Taking the line with "# Sketch001 → Pad001 (new body)" as the first and the line with "The same part" as the last, set down exactly every line in that range from the entries below, and no more.

☆ ☆ ☆ ☆

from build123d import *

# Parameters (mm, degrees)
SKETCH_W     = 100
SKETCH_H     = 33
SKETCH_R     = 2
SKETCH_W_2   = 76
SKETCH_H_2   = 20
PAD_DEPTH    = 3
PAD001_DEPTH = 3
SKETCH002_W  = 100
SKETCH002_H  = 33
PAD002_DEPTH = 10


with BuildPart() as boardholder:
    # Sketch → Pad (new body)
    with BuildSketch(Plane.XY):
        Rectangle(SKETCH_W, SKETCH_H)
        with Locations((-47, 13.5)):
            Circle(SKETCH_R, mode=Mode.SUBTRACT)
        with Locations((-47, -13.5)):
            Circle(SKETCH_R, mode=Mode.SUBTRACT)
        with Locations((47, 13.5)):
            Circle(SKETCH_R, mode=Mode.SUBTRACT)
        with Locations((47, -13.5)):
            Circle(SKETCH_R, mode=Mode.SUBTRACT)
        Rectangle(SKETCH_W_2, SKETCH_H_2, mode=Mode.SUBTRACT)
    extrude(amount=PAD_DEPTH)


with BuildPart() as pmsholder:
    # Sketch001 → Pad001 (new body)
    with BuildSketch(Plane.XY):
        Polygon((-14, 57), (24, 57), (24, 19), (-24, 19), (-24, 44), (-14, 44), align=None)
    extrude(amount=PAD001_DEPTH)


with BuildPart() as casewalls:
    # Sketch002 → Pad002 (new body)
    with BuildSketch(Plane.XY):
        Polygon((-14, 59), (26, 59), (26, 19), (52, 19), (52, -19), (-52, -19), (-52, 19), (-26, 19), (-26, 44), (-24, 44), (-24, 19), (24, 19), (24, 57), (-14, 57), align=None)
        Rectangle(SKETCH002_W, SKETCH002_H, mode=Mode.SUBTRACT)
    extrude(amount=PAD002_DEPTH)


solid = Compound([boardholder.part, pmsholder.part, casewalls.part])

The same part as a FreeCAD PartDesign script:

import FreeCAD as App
import Part
import Sketcher

V = App.Vector


def add_polygon(sketch, points):
    """Adds a closed chain of lines whose ends are joined by coincident constraints."""
    first, n = sketch.GeometryCount, len(points)
    for a, b in zip(points, points[1:] + points[:1]):
        sketch.addGeometry(Part.LineSegment(App.Vector(*a, 0), App.Vector(*b, 0)), False)
    for i in range(n):
        sketch.addConstraint(Sketcher.Constraint("Coincident", first + i, 2, first + (i + 1) % n, 1))

doc = App.newDocument("Part")
body = doc.addObject("PartDesign::Body", "Body")

# Sketch on XY plane
sketch1 = body.newObject("Sketcher::SketchObject", "Sketch")
sketch1.AttachmentSupport = (doc.getObject("XY_Plane"), [""])
sketch1.MapMode = "FlatFace"
add_polygon(sketch1, [(-50, 16.5), (-50, -16.5), (50, -16.5), (50, 16.5)])  # lines 0-3
sketch1.addGeometry(Part.Circle(V(-47, -13.5, 0), V(0, 0, 1), 2), False)  # 4
sketch1.addGeometry(Part.Circle(V(47, -13.5, 0), V(0, 0, 1), 2), False)  # 5
add_polygon(sketch1, [(38, -10), (-38, -10), (-38, 10), (38, 10)])  # lines 6-9
sketch1.addGeometry(Part.Circle(V(-47, 13.5, 0), V(0, 0, 1), 2), False)  # 10
sketch1.addGeometry(Part.Circle(V(47, 13.5, 0), V(0, 0, 1), 2), False)  # 11
sketch1.addConstraint(Sketcher.Constraint("Vertical", 0))
sketch1.addConstraint(Sketcher.Constraint("Horizontal", 1))
sketch1.addConstraint(Sketcher.Constraint("Vertical", 2))
sketch1.addConstraint(Sketcher.Constraint("Horizontal", 3))
sketch1.addConstraint(Sketcher.Constraint("Horizontal", 6))
sketch1.addConstraint(Sketcher.Constraint("Vertical", 7))
sketch1.addConstraint(Sketcher.Constraint("Horizontal", 8))
sketch1.addConstraint(Sketcher.Constraint("Vertical", 9))
sketch1.addConstraint(Sketcher.Constraint("Equal", 4, 5))
sketch1.addConstraint(Sketcher.Constraint("Equal", 5, 10))
sketch1.addConstraint(Sketcher.Constraint("Equal", 10, 11))
sketch1.addConstraint(Sketcher.Constraint("Symmetric", 5, 3, 10, 3, -1, 1))
sketch1.addConstraint(Sketcher.Constraint("Symmetric", 4, 3, 11, 3, -1, 1))
sketch1.addConstraint(Sketcher.Constraint("Symmetric", 0, 2, 2, 2, -1, 1))
sketch1.addConstraint(Sketcher.Constraint("Symmetric", 6, 2, 8, 2, -1, 1))
sketch1.addConstraint(Sketcher.Constraint("Symmetric", 4, 3, 5, 3, -2))
sketch1.addConstraint(Sketcher.Constraint("Diameter", 4, 4.0))
sketch1.addConstraint(Sketcher.Constraint("DistanceX", 1, 1, 1, 2, 100.0))
sketch1.addConstraint(Sketcher.Constraint("DistanceX", 6, 2, 6, 1, 76.0))
sketch1.addConstraint(Sketcher.Constraint("DistanceY", 0, 2, 0, 1, 33.0))
sketch1.addConstraint(Sketcher.Constraint("DistanceY", 7, 1, 7, 2, 20.0))
sketch1.addConstraint(Sketcher.Constraint("DistanceX", 4, 3, -1, 1, 47.0))
sketch1.addConstraint(Sketcher.Constraint("DistanceY", 4, 3, 10, 3, 27.0))
pad1 = body.newObject("PartDesign::Pad", "Pad")
pad1.Profile = sketch1
pad1.Length = 3
body2 = doc.addObject("PartDesign::Body", "Body001")

# Sketch on XY plane
sketch2 = body2.newObject("Sketcher::SketchObject", "Sketch001")
sketch2.AttachmentSupport = (doc.getObject("XY_Plane001"), [""])
sketch2.MapMode = "FlatFace"
add_polygon(sketch2, [(24, 57), (-14, 57), (-14, 44), (-24, 44), (-24, 19), (24, 19)])  # lines 0-5
sketch2.addConstraint(Sketcher.Constraint("Horizontal", 0))
sketch2.addConstraint(Sketcher.Constraint("Vertical", 1))
sketch2.addConstraint(Sketcher.Constraint("Horizontal", 2))
sketch2.addConstraint(Sketcher.Constraint("Vertical", 3))
sketch2.addConstraint(Sketcher.Constraint("Horizontal", 4))
sketch2.addConstraint(Sketcher.Constraint("Vertical", 5))
sketch2.addConstraint(Sketcher.Constraint("Equal", 0, 5))
sketch2.addConstraint(Sketcher.Constraint("DistanceX", 0, 2, 0, 1, 38.0))
sketch2.addConstraint(Sketcher.Constraint("DistanceX", 2, 2, 2, 1, 10.0))
sketch2.addConstraint(Sketcher.Constraint("DistanceY", 1, 2, 1, 1, 13.0))
sketch2.addConstraint(Sketcher.Constraint("DistanceX", 0, 2, -1, 1, 14.0))
sketch2.addConstraint(Sketcher.Constraint("DistanceY", -1, 1, 0, 2, 57.0))
pad2 = body2.newObject("PartDesign::Pad", "Pad001")
pad2.Profile = sketch2
pad2.Length = 3
body3 = doc.addObject("PartDesign::Body", "Body002")

# Sketch on XY plane
sketch3 = body3.newObject("Sketcher::SketchObject", "Sketch002")
sketch3.AttachmentSupport = (doc.getObject("XY_Plane002"), [""])
sketch3.MapMode = "FlatFace"
add_polygon(sketch3, [(26, 59), (-14, 59), (-14, 57), (24, 57), (24, 19), (-24, 19), (-24, 44), (-26, 44), (-26, 19), (-52, 19), (-52, -19), (52, -19), (52, 19), (26, 19)])  # lines 0-13
add_polygon(sketch3, [(-50, -16.5), (-50, 16.5), (50, 16.5), (50, -16.5)])  # lines 14-17
sketch3.addConstraint(Sketcher.Constraint("Horizontal", 0))
sketch3.addConstraint(Sketcher.Constraint("Vertical", 1))
sketch3.addConstraint(Sketcher.Constraint("Horizontal", 2))
sketch3.addConstraint(Sketcher.Constraint("Vertical", 3))
sketch3.addConstraint(Sketcher.Constraint("Horizontal", 4))
sketch3.addConstraint(Sketcher.Constraint("Vertical", 5))
sketch3.addConstraint(Sketcher.Constraint("Horizontal", 6))
sketch3.addConstraint(Sketcher.Constraint("Vertical", 7))
sketch3.addConstraint(Sketcher.Constraint("Horizontal", 8))
sketch3.addConstraint(Sketcher.Constraint("Vertical", 9))
sketch3.addConstraint(Sketcher.Constraint("Horizontal", 10))
sketch3.addConstraint(Sketcher.Constraint("Vertical", 11))
sketch3.addConstraint(Sketcher.Constraint("Horizontal", 12))
sketch3.addConstraint(Sketcher.Constraint("Vertical", 13))
sketch3.addConstraint(Sketcher.Constraint("Vertical", 14))
sketch3.addConstraint(Sketcher.Constraint("Horizontal", 15))
sketch3.addConstraint(Sketcher.Constraint("Vertical", 16))
sketch3.addConstraint(Sketcher.Constraint("Horizontal", 17))
sketch3.addConstraint(Sketcher.Constraint("Symmetric", 8, 2, 10, 2, -1, 1))
sketch3.addConstraint(Sketcher.Constraint("Symmetric", 14, 2, 16, 2, -1, 1))
sketch3.addConstraint(Sketcher.Constraint("Symmetric", 7, 2, 12, 2, -2))
sketch3.addConstraint(Sketcher.Constraint("Horizontal", 4, 2, 7, 2))
sketch3.addConstraint(Sketcher.Constraint("Equal", 6, 1))
sketch3.addConstraint(Sketcher.Constraint("Equal", 2, 3))
sketch3.addConstraint(Sketcher.Constraint("Equal", 3, 9))
sketch3.addConstraint(Sketcher.Constraint("Equal", 0, 13))
sketch3.addConstraint(Sketcher.Constraint("DistanceX", 0, 2, 0, 1, 40.0))
sketch3.addConstraint(Sketcher.Constraint("DistanceX", 2, 1, 2, 2, 38.0))
sketch3.addConstraint(Sketcher.Constraint("DistanceX", 4, 2, 4, 1, 48.0))
sketch3.addConstraint(Sketcher.Constraint("DistanceX", 8, 2, 8, 1, 26.0))
sketch3.addConstraint(Sketcher.Constraint("DistanceX", 15, 1, 15, 2, 100.0))
sketch3.addConstraint(Sketcher.Constraint("DistanceY", 5, 1, 5, 2, 25.0))
sketch3.addConstraint(Sketcher.Constraint("DistanceY", 14, 1, 14, 2, 33.0))
pad3 = body3.newObject("PartDesign::Pad", "Pad002")
pad3.Profile = sketch3
pad3.Length = 10

doc.recompute()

☆ ☆ ☆ ☆

> **FINAL ANSWER**
    # Sketch001 → Pad001 (new body)
    with BuildSketch(Plane.XY):
        Polygon((-14, 57), (24, 57), (24, 19), (-24, 19), (-24, 44), (-14, 44), align=None)
    extrude(amount=PAD001_DEPTH)


with BuildPart() as casewalls:
    # Sketch002 → Pad002 (new body)
    with BuildSketch(Plane.XY):
        Polygon((-14, 59), (26, 59), (26, 19), (52, 19), (52, -19), (-52, -19), (-52, 19), (-26, 19), (-26, 44), (-24, 44), (-24, 19), (24, 19), (24, 57), (-14, 57), align=None)
        Rectangle(SKETCH002_W, SKETCH002_H, mode=Mode.SUBTRACT)
    extrude(amount=PAD002_DEPTH)


solid = Compound([boardholder.part, pmsholder.part, casewalls.part])

The same part as a FreeCAD PartDesign script:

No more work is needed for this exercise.